D state means the program is currently in the kernel (has started a syscall, probably an IO request), and that IO request is not finishing. The root cause for that is in the IO stack deep down. Most likely it is some bizarre incompatibility between the OS kernel driver, the HBA (a.k.a. SCSI controller or in your case the LSI card), the SAS expanders (most likely the only ones are in your JBOD), the JBOD itself (in your case the DS4243), and perhaps a disk, although for blinking disks should not even be involved.

Once you are in a D state, you might as well disconnect everything or reboot. It's not coming back to life. Usually, this is not the application's fault (so looking at source code in user space is not the first step). Although serious debugging will probably require checking that source code, or tracing or instrumenting it, to see what exactly caused the problem. And note that "cause" is not the same as "at fault".

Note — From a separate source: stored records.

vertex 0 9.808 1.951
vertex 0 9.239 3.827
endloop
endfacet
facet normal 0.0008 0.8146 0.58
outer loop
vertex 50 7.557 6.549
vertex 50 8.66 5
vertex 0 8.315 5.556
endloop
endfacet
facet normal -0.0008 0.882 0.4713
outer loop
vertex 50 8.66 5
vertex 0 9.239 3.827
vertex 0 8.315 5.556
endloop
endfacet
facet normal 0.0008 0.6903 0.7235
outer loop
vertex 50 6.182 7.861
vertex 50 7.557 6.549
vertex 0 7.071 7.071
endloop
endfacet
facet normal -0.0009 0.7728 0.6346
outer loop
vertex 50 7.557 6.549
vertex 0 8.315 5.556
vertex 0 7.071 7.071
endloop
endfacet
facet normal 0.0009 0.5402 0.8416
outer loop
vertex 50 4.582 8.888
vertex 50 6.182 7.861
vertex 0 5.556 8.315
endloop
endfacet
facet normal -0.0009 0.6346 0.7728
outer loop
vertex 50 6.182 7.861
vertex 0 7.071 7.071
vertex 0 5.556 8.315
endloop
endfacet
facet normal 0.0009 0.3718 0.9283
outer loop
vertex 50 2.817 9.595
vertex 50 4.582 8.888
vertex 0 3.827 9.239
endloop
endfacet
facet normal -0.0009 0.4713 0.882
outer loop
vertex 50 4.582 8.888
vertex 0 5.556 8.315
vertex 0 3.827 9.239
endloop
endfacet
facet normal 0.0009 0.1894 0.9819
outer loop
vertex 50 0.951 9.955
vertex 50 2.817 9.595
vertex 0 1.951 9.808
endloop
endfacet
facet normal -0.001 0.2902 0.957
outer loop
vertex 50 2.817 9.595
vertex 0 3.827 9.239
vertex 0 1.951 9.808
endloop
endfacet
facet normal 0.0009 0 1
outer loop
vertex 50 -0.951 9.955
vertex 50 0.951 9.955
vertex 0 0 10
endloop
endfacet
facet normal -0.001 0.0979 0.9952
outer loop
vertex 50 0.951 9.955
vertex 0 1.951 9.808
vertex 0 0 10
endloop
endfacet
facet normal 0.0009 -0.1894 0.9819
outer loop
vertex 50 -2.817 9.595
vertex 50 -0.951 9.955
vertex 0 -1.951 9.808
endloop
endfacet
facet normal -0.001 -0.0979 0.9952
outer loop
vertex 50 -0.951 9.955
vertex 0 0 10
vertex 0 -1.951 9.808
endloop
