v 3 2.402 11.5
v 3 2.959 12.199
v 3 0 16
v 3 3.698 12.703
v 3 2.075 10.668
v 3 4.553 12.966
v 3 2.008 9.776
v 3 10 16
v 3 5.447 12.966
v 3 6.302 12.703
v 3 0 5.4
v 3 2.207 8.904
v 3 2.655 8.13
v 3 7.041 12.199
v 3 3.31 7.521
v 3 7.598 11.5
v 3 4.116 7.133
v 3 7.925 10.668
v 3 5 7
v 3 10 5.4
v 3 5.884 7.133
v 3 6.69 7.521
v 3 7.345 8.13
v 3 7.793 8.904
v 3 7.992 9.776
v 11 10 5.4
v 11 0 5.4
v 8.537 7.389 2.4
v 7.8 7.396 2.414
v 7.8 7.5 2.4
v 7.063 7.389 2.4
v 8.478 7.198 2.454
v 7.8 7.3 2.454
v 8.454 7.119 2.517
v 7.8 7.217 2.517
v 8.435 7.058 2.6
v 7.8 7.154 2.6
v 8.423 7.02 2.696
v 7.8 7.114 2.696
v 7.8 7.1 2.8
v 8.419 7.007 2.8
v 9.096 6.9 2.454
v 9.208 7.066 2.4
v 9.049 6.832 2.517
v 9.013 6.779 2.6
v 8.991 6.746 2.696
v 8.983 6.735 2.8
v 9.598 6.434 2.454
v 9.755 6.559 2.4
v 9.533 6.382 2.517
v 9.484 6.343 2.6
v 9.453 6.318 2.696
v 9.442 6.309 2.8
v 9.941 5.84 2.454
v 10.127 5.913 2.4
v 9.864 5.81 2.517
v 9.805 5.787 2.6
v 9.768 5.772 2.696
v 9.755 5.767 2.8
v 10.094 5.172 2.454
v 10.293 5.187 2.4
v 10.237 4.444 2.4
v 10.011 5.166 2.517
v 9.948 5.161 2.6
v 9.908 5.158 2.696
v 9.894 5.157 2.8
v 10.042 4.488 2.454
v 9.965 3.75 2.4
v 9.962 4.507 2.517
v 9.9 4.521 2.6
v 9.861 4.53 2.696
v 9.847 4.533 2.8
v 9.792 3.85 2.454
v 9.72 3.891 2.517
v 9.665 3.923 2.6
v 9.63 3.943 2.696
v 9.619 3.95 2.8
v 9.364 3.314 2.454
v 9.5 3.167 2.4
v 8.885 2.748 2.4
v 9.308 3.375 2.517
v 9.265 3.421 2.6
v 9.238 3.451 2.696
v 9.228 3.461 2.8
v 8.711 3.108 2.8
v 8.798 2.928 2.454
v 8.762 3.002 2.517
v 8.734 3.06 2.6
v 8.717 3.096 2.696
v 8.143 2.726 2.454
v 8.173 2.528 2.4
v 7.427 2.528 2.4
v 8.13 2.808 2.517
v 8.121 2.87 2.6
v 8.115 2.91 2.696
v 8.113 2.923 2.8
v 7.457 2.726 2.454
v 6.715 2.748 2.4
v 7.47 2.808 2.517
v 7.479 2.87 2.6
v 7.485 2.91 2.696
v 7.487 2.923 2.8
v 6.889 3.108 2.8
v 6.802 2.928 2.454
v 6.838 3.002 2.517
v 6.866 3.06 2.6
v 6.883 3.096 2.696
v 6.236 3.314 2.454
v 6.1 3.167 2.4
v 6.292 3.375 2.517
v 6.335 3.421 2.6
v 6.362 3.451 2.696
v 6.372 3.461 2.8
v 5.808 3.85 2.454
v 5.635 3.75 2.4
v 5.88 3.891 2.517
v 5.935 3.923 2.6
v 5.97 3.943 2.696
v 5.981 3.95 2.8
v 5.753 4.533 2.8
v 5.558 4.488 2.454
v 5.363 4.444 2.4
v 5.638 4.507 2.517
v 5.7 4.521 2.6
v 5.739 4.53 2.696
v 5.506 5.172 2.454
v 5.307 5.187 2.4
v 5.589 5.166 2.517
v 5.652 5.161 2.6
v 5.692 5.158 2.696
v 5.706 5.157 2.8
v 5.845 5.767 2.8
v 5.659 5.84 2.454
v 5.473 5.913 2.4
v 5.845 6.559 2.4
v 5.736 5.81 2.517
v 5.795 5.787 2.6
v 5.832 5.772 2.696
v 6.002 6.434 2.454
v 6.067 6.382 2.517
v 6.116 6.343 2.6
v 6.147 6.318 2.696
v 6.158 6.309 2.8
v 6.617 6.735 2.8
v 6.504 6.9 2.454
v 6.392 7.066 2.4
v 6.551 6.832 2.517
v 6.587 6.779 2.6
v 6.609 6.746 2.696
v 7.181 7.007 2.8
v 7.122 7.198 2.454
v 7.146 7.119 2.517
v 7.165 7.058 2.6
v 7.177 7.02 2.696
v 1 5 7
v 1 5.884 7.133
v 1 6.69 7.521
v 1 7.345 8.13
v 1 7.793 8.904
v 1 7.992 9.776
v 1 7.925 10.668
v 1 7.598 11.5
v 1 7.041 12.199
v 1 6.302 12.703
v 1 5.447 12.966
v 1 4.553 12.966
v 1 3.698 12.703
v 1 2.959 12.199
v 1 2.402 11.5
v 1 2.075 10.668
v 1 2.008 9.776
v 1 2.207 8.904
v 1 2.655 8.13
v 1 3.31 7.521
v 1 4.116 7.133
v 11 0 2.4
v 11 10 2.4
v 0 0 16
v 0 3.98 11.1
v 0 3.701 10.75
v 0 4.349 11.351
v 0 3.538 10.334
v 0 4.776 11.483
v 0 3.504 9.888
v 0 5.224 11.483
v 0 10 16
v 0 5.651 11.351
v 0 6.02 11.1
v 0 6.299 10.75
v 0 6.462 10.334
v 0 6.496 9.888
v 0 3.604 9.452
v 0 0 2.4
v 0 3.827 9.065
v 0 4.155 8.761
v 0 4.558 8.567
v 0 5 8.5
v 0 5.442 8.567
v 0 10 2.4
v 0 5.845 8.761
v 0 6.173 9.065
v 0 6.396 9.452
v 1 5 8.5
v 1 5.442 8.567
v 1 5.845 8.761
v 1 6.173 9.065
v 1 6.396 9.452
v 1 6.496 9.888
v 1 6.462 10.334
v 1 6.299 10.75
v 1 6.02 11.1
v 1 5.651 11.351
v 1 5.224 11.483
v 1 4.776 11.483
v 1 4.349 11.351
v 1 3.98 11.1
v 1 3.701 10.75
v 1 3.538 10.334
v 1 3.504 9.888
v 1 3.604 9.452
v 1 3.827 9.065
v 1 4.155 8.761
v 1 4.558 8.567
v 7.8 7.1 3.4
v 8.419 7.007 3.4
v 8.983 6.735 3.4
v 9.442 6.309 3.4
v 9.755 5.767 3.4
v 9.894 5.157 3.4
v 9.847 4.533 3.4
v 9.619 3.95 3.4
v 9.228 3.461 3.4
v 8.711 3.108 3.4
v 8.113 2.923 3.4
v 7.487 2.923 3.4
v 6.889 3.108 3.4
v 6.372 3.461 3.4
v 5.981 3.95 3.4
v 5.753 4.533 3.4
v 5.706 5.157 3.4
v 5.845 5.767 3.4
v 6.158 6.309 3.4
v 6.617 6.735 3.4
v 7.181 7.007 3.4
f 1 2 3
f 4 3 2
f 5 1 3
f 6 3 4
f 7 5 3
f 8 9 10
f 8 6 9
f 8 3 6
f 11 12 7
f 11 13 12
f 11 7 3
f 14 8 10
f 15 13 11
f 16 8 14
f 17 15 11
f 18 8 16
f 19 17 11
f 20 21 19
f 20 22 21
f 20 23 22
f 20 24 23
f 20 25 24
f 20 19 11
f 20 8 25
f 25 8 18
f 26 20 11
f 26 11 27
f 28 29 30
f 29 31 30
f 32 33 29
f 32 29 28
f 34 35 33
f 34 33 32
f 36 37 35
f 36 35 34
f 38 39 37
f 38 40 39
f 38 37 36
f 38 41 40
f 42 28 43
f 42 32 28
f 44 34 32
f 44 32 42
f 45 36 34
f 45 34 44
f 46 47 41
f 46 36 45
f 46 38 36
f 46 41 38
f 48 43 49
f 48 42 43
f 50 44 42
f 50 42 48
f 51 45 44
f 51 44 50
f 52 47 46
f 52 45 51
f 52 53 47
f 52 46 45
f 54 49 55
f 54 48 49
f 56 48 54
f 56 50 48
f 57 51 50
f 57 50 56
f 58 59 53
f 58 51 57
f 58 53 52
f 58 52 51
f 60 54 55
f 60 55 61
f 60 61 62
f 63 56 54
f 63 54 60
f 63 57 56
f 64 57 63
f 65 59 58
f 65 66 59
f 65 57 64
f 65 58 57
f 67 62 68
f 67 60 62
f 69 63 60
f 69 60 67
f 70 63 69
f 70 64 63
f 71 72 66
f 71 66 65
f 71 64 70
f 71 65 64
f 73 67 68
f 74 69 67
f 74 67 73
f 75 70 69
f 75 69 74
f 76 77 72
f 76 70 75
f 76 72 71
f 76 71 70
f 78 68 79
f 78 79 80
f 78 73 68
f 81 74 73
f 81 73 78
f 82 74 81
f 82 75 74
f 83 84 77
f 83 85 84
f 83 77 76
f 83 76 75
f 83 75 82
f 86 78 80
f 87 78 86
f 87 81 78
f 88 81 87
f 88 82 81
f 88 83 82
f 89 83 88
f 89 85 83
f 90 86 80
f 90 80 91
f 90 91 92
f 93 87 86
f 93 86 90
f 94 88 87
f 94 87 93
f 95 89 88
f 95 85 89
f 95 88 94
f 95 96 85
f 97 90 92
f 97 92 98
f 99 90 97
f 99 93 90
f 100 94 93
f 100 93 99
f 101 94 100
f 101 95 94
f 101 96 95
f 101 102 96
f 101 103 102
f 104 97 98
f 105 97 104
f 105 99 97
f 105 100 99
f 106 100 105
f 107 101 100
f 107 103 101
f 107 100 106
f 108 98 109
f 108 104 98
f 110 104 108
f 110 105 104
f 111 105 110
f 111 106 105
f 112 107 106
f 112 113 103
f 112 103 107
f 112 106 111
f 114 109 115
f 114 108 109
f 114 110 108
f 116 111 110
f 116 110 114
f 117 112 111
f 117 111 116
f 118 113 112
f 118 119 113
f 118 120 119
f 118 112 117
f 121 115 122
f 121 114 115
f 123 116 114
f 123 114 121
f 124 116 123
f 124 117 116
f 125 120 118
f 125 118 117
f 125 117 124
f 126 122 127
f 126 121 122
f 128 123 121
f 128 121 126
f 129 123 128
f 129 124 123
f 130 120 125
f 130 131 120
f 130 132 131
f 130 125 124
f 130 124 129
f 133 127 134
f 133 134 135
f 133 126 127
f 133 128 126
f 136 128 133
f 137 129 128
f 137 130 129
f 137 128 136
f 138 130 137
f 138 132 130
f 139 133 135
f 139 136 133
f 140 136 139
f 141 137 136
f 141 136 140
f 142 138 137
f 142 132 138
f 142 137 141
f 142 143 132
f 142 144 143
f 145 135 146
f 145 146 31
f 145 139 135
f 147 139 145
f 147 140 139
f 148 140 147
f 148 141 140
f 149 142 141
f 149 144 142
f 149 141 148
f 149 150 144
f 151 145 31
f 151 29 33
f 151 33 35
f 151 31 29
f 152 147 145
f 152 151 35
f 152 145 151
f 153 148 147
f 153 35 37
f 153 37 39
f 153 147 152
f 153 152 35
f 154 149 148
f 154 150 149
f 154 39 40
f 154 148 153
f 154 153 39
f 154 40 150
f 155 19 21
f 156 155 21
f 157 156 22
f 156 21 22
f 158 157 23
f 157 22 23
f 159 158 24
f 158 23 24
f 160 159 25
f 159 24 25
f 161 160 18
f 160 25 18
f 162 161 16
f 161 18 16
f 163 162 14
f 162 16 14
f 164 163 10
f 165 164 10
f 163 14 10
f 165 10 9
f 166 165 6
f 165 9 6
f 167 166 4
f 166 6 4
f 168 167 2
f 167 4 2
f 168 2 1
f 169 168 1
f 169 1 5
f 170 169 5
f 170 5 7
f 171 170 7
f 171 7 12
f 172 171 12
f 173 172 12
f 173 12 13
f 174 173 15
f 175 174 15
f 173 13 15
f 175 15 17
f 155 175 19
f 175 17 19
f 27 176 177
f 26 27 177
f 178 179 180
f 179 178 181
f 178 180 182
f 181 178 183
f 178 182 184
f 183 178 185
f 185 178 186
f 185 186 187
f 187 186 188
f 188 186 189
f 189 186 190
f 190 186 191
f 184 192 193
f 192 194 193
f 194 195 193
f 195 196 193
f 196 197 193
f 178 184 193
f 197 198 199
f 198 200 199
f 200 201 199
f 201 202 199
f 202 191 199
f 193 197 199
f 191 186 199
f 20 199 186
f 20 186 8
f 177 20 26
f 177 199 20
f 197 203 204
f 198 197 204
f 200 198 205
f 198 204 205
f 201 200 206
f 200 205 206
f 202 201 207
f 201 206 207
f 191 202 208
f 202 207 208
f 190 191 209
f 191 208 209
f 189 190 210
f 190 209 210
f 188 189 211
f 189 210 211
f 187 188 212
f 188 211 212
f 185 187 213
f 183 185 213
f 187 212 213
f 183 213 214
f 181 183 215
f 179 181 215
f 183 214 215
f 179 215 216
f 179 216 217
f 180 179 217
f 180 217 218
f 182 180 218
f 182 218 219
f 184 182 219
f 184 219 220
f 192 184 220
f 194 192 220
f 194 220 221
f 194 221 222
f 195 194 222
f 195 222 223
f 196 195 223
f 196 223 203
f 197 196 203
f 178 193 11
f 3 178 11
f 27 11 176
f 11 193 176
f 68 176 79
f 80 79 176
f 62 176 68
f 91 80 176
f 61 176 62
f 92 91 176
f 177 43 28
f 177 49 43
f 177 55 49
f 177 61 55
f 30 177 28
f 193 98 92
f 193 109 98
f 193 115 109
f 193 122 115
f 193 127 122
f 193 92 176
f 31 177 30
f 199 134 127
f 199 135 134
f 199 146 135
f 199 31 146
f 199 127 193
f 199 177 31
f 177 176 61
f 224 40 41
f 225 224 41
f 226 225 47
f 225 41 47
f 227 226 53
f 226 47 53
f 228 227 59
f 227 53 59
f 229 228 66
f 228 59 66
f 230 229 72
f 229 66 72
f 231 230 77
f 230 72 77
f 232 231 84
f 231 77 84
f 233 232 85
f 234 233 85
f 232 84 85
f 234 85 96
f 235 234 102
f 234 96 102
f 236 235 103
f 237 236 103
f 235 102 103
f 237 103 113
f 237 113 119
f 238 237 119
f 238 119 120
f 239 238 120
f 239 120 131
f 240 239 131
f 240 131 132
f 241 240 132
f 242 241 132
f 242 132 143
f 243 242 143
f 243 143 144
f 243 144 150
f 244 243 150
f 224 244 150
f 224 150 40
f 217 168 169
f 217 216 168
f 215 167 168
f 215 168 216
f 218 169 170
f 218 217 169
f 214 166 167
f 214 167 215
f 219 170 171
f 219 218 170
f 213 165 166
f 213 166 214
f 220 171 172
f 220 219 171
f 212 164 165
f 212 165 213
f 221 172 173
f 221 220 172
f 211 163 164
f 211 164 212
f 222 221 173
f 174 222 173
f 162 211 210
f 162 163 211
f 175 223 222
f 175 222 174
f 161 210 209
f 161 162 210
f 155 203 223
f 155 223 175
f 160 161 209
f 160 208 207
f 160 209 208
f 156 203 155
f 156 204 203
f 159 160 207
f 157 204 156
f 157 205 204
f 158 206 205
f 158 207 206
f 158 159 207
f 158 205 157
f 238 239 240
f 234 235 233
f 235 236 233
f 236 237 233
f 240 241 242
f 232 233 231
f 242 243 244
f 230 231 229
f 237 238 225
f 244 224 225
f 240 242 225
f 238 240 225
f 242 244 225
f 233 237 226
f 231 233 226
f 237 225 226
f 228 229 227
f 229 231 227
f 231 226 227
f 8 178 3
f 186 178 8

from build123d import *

# Parameters (mm, degrees)
SKETCH_1_W          = 16
SKETCH_1_H          = 10
EXTRUDE_1_DEPTH     = 3
SKETCH_2_W          = 3
SKETCH_2_H          = 10
EXTRUDE_2_DEPTH     = 8
SKETCH_3_R          = 1.5
CUT_EXTRUDE_1_DEPTH = 3
SKETCH_5_R          = 3
CUT_EXTRUDE_3_DEPTH = 2
SKETCH_7_W          = 0.4
SKETCH_7_H          = 10
CUT_EXTRUDE_4_DEPTH = 22
SKETCH_8_R          = 2.1
CUT_EXTRUDE_5_DEPTH = 4.2
SKETCH_9_W          = 8
SKETCH_9_H          = 10
EXTRUDE_3_DEPTH     = 2
SKETCH_10_W         = 11
SKETCH_10_H         = 10
CUT_EXTRUDE_6_DEPTH = 2
FILLET_1_R          = 0.4


with BuildPart() as part:
    # 草图1 → 凸台-拉伸1 (new body)
    with BuildSketch(Plane(origin=(0, 0, 0), x_dir=(0, 0, -1), z_dir=(1, 0, 0))):
        with Locations((-8, 5)):
            Rectangle(SKETCH_1_W, SKETCH_1_H)
    extrude(amount=EXTRUDE_1_DEPTH)

    # 草图2 → 凸台-拉伸2 (add)
    with BuildSketch(Plane(origin=(3, 0, 0), x_dir=(0, 0, -1), z_dir=(1, 0, 0))):
        with Locations((-1.9, 5)):
            Rectangle(SKETCH_2_W, SKETCH_2_H)
    extrude(amount=EXTRUDE_2_DEPTH)

    # 草图3 → 切除-拉伸1 (cut)
    with BuildSketch(Plane(origin=(3, 0, 0), x_dir=(0, 0, -1), z_dir=(1, 0, 0))):
        with Locations((-10, 5)):
            Circle(SKETCH_3_R)
    extrude(amount=-CUT_EXTRUDE_1_DEPTH, mode=Mode.SUBTRACT)

    # 草图5 → 切除-拉伸3 (cut)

The LSI 92xx cards are very good. And I'm quite familiar with the NetApp (former LSI/Engenio) JBODs, those are also very good. But any complex SAS system has lots of gotchas and potential problem. I would begin by checking the firmware versions on all things that are involved, and updating as much as possible.

Can you reproduce the problem in Linux or Windows? Linux would be easier, since sesutil exists there, using nearly the same source code. This might help with debugging.

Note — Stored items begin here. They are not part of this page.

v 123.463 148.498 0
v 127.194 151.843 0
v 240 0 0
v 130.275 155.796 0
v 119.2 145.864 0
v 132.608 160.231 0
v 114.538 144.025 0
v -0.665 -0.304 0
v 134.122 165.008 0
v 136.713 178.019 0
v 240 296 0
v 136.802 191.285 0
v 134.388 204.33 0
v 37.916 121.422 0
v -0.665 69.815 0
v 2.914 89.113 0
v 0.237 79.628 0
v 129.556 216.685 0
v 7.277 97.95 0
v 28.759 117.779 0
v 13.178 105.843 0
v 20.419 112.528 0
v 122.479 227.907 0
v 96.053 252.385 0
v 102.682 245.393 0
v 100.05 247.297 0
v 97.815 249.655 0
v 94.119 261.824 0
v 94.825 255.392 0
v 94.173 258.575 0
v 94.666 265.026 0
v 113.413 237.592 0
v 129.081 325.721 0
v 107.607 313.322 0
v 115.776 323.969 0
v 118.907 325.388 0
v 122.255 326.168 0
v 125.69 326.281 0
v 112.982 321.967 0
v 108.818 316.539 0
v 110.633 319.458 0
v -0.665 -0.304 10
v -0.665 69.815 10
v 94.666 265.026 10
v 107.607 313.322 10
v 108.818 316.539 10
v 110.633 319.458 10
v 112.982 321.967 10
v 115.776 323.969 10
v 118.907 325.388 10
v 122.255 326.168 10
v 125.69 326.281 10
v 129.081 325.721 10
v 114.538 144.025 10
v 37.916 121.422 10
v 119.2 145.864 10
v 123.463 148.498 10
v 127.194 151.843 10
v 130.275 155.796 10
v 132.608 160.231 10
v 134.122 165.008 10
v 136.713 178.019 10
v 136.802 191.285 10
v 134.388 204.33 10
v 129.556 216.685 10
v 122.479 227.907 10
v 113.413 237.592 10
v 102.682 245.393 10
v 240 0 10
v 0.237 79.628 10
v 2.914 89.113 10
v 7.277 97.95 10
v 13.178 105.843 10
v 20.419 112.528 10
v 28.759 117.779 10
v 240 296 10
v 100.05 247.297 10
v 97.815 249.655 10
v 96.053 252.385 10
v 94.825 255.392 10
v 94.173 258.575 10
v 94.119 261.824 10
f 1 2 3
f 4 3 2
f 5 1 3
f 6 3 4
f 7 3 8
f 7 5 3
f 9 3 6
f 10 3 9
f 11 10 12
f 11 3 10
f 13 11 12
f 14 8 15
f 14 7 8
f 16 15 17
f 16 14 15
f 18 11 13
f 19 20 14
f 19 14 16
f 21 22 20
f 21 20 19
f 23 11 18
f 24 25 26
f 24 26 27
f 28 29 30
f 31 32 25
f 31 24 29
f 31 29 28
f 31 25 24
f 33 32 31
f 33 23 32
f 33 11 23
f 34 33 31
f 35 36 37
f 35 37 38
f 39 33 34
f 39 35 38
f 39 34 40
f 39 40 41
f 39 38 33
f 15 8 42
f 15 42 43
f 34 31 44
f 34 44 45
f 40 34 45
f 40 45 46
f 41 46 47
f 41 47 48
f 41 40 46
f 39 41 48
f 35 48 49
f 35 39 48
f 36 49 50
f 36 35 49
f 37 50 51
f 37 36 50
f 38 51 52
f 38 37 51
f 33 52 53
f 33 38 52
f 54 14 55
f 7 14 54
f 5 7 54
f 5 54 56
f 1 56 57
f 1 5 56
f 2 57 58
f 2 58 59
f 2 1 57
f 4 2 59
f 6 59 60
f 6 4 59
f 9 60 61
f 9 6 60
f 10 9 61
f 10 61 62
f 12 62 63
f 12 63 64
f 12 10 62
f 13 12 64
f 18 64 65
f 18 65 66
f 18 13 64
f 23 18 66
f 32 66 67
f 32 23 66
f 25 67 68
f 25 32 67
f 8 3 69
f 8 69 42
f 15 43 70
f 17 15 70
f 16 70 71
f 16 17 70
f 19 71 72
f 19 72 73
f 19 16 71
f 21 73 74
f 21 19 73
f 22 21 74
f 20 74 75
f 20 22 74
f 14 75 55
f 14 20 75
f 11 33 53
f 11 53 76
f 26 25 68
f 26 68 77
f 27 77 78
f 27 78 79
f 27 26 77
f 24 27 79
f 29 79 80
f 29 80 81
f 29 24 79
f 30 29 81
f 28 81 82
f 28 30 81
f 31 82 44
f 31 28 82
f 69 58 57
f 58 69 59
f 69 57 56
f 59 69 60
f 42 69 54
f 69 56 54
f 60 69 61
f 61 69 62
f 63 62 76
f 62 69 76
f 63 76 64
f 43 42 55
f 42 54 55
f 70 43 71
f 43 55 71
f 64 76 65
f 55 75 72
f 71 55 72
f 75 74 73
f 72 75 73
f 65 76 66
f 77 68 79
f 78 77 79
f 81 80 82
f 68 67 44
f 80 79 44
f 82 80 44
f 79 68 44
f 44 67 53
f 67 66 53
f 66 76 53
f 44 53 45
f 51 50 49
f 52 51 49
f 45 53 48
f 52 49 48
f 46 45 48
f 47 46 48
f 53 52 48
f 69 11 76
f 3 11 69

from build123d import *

# Parameters (mm, degrees)
SALIENTE_EXTRUIR1_DEPTH = 10


with BuildPart() as part:
    # Croquis1 → Saliente-Extruir1 (new body)
    with BuildSketch(Plane.XY):
        with BuildLine():
            Line((37.91601702, 121.421613069), (114.537816123, 144.025264418))
            ThreePointArc((114.537816123, 144.025264418), (127.193827362, 151.843476845), (134.121677329, 165.007973069))
            ThreePointArc((134.121677329, 165.007973069), (132.264993157, 210.622251423), (102.682371845, 245.392614983))
            ThreePointArc((102.682371845, 245.392614983), (95.369412387, 253.859995337), (94.665863515, 265.026056643))
            Line((94.665863515, 265.026056643), (107.60681577, 313.322347957))
            ThreePointArc((107.60681577, 313.322347957), (115.776254029, 323.968967178), (129.081215867, 325.720598634))
            Line((129.081215867, 325.720598634), (240, 296))
            Line((240, 296), (240, 0))
            Line((240, 0), (-0.665441115, -0.303814753))
            Line((-0.665441115, -0.303814753), (-0.665441115, 69.814722685))
            ThreePointArc((-0.665441115, 69.814722685), (10.046152069, 102.031954282), (37.91601702, 121.421613069))
        make_face()
    extrude(amount=SALIENTE_EXTRUIR1_DEPTH)


solid = part.part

Are you the kind of customer who can reach out to LSI and NetApp technical support? In my experience, the best way to handle this is: First, eliminate and problems from your end: make sure all your firmware is up-to-date, the hardware is stress tested and good to go. Collect all debugging information that you can think of. Then contact both LSI (now known as Avago) and NetApp tech support, and ask them for a conference call or physical meeting with all three parties. This prevents the "fingerpointing" problem, where LSI says it's NetApp's problem, and vice  verse.


----------



## Ender117 (Oct 16, 2019)

ralphbsz said:


> D state means the program is currently in the kernel (has started a syscall, probably an IO request), and that IO request is not finishing. The root cause for that is in the IO stack deep down. Most likely it is some bizarre incompatibility between the OS kernel driver, the HBA (a.k.a. SCSI controller or in your case the LSI card), the SAS expanders (most likely the only ones are in your JBOD), the JBOD itself (in your case the DS4243), and perhaps a disk, although for blinking disks should not even be involved.
> 
> Once you are in a D state, you might as well disconnect everything or reboot. It's not coming back to life. Usually, this is not the application's fault (so looking at source code in user space is not the first step). Although serious debugging will probably require checking that source code, or tracing or instrumenting it, to see what exactly caused the problem. And note that "cause" is not the same as "at fault".
> 
> ...


Thanks for the reply. Unfortunately this is a homelab, so I am on my own here. I can confirm that HBA's firmware is up to date (I believe LSI stopped update for SAS2 cards a few years ago). As for the DAS I don't think NetApp's firmware download is open to public, I could be wrong though.

I can try reproduce the problem in Linux... Once I find a chance to shutdown my lab for a week or 2, if I got the chance...... Would be a lot easier if I can trace it in FreeNAS/BSD.


----------